Items from a dataset
========
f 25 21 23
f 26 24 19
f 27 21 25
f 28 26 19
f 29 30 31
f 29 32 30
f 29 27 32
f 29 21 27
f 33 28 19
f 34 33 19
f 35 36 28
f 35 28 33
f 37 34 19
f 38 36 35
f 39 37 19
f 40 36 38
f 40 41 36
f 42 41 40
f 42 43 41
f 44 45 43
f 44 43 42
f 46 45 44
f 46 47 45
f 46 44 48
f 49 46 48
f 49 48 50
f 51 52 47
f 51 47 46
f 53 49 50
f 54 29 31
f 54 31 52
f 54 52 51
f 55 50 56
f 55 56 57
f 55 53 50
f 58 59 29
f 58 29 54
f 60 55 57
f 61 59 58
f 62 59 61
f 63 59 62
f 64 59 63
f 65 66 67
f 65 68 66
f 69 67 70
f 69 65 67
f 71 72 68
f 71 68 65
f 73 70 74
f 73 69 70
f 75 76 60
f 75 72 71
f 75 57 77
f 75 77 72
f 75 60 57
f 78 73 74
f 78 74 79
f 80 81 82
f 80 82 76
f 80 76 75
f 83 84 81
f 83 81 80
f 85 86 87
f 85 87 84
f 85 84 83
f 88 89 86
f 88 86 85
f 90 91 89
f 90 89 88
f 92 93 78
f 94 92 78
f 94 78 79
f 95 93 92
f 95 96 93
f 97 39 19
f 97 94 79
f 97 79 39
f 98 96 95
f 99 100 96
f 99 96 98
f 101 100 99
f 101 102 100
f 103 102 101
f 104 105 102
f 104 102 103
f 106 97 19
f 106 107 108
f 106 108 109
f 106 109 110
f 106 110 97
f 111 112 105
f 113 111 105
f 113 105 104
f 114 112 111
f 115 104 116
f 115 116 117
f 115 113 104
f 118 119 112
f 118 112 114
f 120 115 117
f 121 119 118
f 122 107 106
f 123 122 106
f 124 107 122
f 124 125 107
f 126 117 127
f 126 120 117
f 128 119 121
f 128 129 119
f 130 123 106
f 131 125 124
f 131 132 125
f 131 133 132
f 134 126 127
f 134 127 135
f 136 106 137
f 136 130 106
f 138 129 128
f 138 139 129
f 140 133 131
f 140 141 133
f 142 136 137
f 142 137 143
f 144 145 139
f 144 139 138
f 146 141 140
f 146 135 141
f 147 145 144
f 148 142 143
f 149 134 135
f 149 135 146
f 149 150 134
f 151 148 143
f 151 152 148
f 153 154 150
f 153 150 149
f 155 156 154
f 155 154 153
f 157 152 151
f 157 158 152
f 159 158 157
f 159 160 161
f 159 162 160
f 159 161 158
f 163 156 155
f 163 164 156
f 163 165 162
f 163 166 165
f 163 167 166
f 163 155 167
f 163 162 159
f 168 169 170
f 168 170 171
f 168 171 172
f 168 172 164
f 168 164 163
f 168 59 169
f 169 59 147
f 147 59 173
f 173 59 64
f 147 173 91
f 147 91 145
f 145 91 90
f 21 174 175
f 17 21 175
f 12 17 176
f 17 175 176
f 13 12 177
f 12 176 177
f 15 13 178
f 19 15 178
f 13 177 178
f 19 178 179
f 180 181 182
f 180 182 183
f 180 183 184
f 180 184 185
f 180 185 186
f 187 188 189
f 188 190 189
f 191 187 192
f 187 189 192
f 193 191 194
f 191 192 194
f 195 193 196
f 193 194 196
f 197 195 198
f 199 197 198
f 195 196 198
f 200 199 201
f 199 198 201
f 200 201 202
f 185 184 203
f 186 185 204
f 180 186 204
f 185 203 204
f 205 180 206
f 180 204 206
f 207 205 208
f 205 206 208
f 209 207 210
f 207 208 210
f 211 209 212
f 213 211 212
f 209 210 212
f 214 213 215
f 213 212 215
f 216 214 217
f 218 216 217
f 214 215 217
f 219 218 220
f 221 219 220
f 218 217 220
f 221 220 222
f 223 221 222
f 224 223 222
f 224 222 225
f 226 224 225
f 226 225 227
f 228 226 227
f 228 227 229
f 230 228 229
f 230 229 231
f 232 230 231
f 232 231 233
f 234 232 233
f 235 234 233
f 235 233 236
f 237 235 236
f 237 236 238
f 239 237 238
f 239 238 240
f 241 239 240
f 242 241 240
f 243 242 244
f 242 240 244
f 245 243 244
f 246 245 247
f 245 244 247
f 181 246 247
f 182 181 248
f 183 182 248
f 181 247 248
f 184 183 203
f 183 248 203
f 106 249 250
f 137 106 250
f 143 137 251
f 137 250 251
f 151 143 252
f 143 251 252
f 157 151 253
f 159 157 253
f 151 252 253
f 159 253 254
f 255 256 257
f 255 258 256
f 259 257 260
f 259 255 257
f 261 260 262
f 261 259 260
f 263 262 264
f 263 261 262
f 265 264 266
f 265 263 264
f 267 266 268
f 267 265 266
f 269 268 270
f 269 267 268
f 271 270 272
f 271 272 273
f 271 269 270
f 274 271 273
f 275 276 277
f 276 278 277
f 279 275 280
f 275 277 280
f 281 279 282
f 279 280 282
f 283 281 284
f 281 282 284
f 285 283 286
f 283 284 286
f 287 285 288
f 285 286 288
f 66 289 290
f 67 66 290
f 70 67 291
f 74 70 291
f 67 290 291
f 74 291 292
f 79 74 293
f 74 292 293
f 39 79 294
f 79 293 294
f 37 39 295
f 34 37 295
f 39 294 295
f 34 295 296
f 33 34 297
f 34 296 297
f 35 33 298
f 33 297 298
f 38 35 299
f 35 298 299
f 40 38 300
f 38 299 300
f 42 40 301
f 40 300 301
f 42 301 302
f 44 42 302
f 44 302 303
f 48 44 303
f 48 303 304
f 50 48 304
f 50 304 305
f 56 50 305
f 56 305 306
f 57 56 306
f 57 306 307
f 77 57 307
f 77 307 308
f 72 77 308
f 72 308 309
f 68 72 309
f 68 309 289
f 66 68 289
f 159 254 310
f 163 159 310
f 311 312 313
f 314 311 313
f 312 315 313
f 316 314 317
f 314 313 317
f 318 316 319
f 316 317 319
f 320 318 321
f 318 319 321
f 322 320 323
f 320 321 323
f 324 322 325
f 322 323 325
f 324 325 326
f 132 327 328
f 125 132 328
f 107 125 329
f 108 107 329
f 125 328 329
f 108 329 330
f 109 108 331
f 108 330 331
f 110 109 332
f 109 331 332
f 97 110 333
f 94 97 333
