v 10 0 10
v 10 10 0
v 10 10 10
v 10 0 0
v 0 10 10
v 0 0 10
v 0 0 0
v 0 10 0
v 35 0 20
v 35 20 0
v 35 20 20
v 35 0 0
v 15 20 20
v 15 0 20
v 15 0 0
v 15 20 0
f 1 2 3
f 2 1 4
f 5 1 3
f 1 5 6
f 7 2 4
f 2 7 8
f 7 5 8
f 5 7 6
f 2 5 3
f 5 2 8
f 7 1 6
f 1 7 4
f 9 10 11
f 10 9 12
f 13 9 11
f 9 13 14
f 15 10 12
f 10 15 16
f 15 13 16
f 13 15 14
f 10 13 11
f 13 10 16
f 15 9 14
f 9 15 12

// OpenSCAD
// Unit of length: Unit.MM
union()
{
   cube(size = 10.0, center = false);
   translate(v = [15.0, 0.0, 0.0])
   {
      scale(v = [2.0, 2.0, 2.0])
      {
         cube(size = 10.0, center = false);
      }
   }
}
========
_TASK:_
Extract the full set of entries word for word.

_RESPONSE AREA:_
f 25 21 23
f 26 24 19
f 27 21 25
f 28 26 19
f 29 30 31
f 29 32 30
f 29 27 32
f 29 21 27
f 33 28 19
f 34 33 19
f 35 36 28
f 35 28 33
f 37 34 19
f 38 36 35
f 39 37 19
f 40 36 38
f 40 41 36
f 42 41 40
f 42 43 41
f 44 45 43
f 44 43 42
f 46 45 44
f 46 47 45
f 46 44 48
f 49 46 48
f 49 48 50
f 51 52 47
f 51 47 46
f 53 49 50
f 54 29 31
f 54 31 52
f 54 52 51
f 55 50 56
f 55 56 57
f 55 53 50
f 58 59 29
f 58 29 54
f 60 55 57
f 61 59 58
f 62 59 61
f 63 59 62
f 64 59 63
f 65 66 67
f 65 68 66
f 69 67 70
f 69 65 67
f 71 72 68
f 71 68 65
f 73 70 74
f 73 69 70
f 75 76 60
f 75 72 71
f 75 57 77
f 75 77 72
f 75 60 57
f 78 73 74
f 78 74 79
f 80 81 82
f 80 82 76
f 80 76 75
f 83 84 81
f 83 81 80
f 85 86 87
f 85 87 84
f 85 84 83
f 88 89 86
f 88 86 85
f 90 91 89
f 90 89 88
f 92 93 78
f 94 92 78
f 94 78 79
f 95 93 92
f 95 96 93
f 97 39 19
f 97 94 79
f 97 79 39
f 98 96 95
f 99 100 96
f 99 96 98
f 101 100 99
f 101 102 100
f 103 102 101
f 104 105 102
f 104 102 103
f 106 97 19
f 106 107 108
f 106 108 109
f 106 109 110
f 106 110 97
f 111 112 105
f 113 111 105
f 113 105 104
f 114 112 111
f 115 104 116
f 115 116 117
f 115 113 104
f 118 119 112
f 118 112 114
f 120 115 117
f 121 119 118
f 122 107 106
f 123 122 106
f 124 107 122
f 124 125 107
f 126 117 127
f 126 120 117
f 128 119 121
f 128 129 119
f 130 123 106
f 131 125 124
f 131 132 125
f 131 133 132
f 134 126 127
f 134 127 135
f 136 106 137
f 136 130 106
f 138 129 128
f 138 139 129
f 140 133 131
f 140 141 133
f 142 136 137
f 142 137 143
f 144 145 139
f 144 139 138
f 146 141 140
f 146 135 141
f 147 145 144
f 148 142 143
f 149 134 135
f 149 135 146
f 149 150 134
f 151 148 143
f 151 152 148
f 153 154 150
f 153 150 149
f 155 156 154
f 155 154 153
f 157 152 151
f 157 158 152
f 159 158 157
f 159 160 161
f 159 162 160
f 159 161 158
f 163 156 155
f 163 164 156
f 163 165 162
f 163 166 165
f 163 167 166
f 163 155 167
f 163 162 159
f 168 169 170
f 168 170 171
f 168 171 172
f 168 172 164
f 168 164 163
f 168 59 169
f 169 59 147
f 147 59 173
f 173 59 64
f 147 173 91
f 147 91 145
f 145 91 90
f 21 174 175
f 17 21 175
f 12 17 176
f 17 175 176
f 13 12 177
f 12 176 177
f 15 13 178
f 19 15 178
f 13 177 178
f 19 178 179
f 180 181 182
f 180 182 183
f 180 183 184
f 180 184 185
f 180 185 186
f 187 188 189
f 188 190 189
f 191 187 192
f 187 189 192
f 193 191 194
f 191 192 194
f 195 193 196
f 193 194 196
f 197 195 198
f 199 197 198
f 195 196 198
f 200 199 201
f 199 198 201
f 200 201 202
f 185 184 203
f 186 185 204
f 180 186 204
f 185 203 204
f 205 180 206
f 180 204 206
f 207 205 208
f 205 206 208
f 209 207 210
f 207 208 210
f 211 209 212
f 213 211 212
f 209 210 212
f 214 213 215
f 213 212 215
f 216 214 217
f 218 216 217
f 214 215 217
f 219 218 220
f 221 219 220
f 218 217 220
f 221 220 222
f 223 221 222
f 224 223 222
f 224 222 225
f 226 224 225
f 226 225 227
f 228 226 227
f 228 227 229
f 230 228 229
f 230 229 231
f 232 230 231
f 232 231 233
f 234 232 233
f 235 234 233
f 235 233 236
f 237 235 236
f 237 236 238
f 239 237 238
f 239 238 240
f 241 239 240
f 242 241 240
f 243 242 244
f 242 240 244
f 245 243 244
f 246 245 247
f 245 244 247
f 181 246 247
f 182 181 248
f 183 182 248
f 181 247 248
f 184 183 203
f 183 248 203
f 106 249 250
f 137 106 250
f 143 137 251
f 137 250 251
f 151 143 252
f 143 251 252
f 157 151 253
f 159 157 253
f 151 252 253
f 159 253 254
f 255 256 257
f 255 258 256
f 259 257 260
f 259 255 257
f 261 260 262
f 261 259 260
f 263 262 264
f 263 261 262
f 265 264 266
f 265 263 264
f 267 266 268
f 267 265 266
f 269 268 270
f 269 267 268
f 271 270 272
f 271 272 273
f 271 269 270
f 274 271 273
f 275 276 277
f 276 278 277
f 279 275 280
f 275 277 280
f 281 279 282
f 279 280 282
f 283 281 284
f 281 282 284
f 285 283 286
f 283 284 286
f 287 285 288
f 285 286 288
f 66 289 290
f 67 66 290
f 70 67 291
f 74 70 291
f 67 290 291
f 74 291 292
f 79 74 293
f 74 292 293
f 39 79 294
f 79 293 294
f 37 39 295
f 34 37 295
f 39 294 295
f 34 295 296
f 33 34 297
f 34 296 297
f 35 33 298
f 33 297 298
f 38 35 299
f 35 298 299
f 40 38 300
f 38 299 300
f 42 40 301
f 40 300 301
f 42 301 302
f 44 42 302
f 44 302 303
f 48 44 303
f 48 303 304
f 50 48 304
f 50 304 305
f 56 50 305
f 56 305 306
f 57 56 306
f 57 306 307
f 77 57 307
f 77 307 308
f 72 77 308
f 72 308 309
f 68 72 309
f 68 309 289
f 66 68 289
f 159 254 310
f 163 159 310
f 311 312 313
f 314 311 313
f 312 315 313
f 316 314 317
f 314 313 317
f 318 316 319
f 316 317 319
f 320 318 321
f 318 319 321
f 322 320 323
f 320 321 323
f 324 322 325
f 322 323 325
f 324 325 326
f 132 327 328
f 125 132 328
f 107 125 329
f 108 107 329
f 125 328 329
f 108 329 330
f 109 108 331
f 108 330 331
f 110 109 332
f 109 331 332
f 97 110 333
f 94 97 333
v 10 0 10
v 10 10 0
v 10 10 10
v 10 0 0
v 0 10 10
v 0 0 10
v 0 0 0
v 0 10 0
v 35 0 20
v 35 20 0
v 35 20 20
v 35 0 0
v 15 20 20
v 15 0 20
v 15 0 0
v 15 20 0
f 1 2 3
f 2 1 4
f 5 1 3
f 1 5 6
f 7 2 4
f 2 7 8
f 7 5 8
f 5 7 6
f 2 5 3
f 5 2 8
f 7 1 6
f 1 7 4
f 9 10 11
f 10 9 12
f 13 9 11
f 9 13 14
f 15 10 12
f 10 15 16
f 15 13 16
f 13 15 14
f 10 13 11
f 13 10 16
f 15 9 14
f 9 15 12

// OpenSCAD
// Unit of length: Unit.MM
union()
{
   cube(size = 10.0, center = false);
   translate(v = [15.0, 0.0, 0.0])
   {
      scale(v = [2.0, 2.0, 2.0])
      {
         cube(size = 10.0, center = false);
      }
   }
}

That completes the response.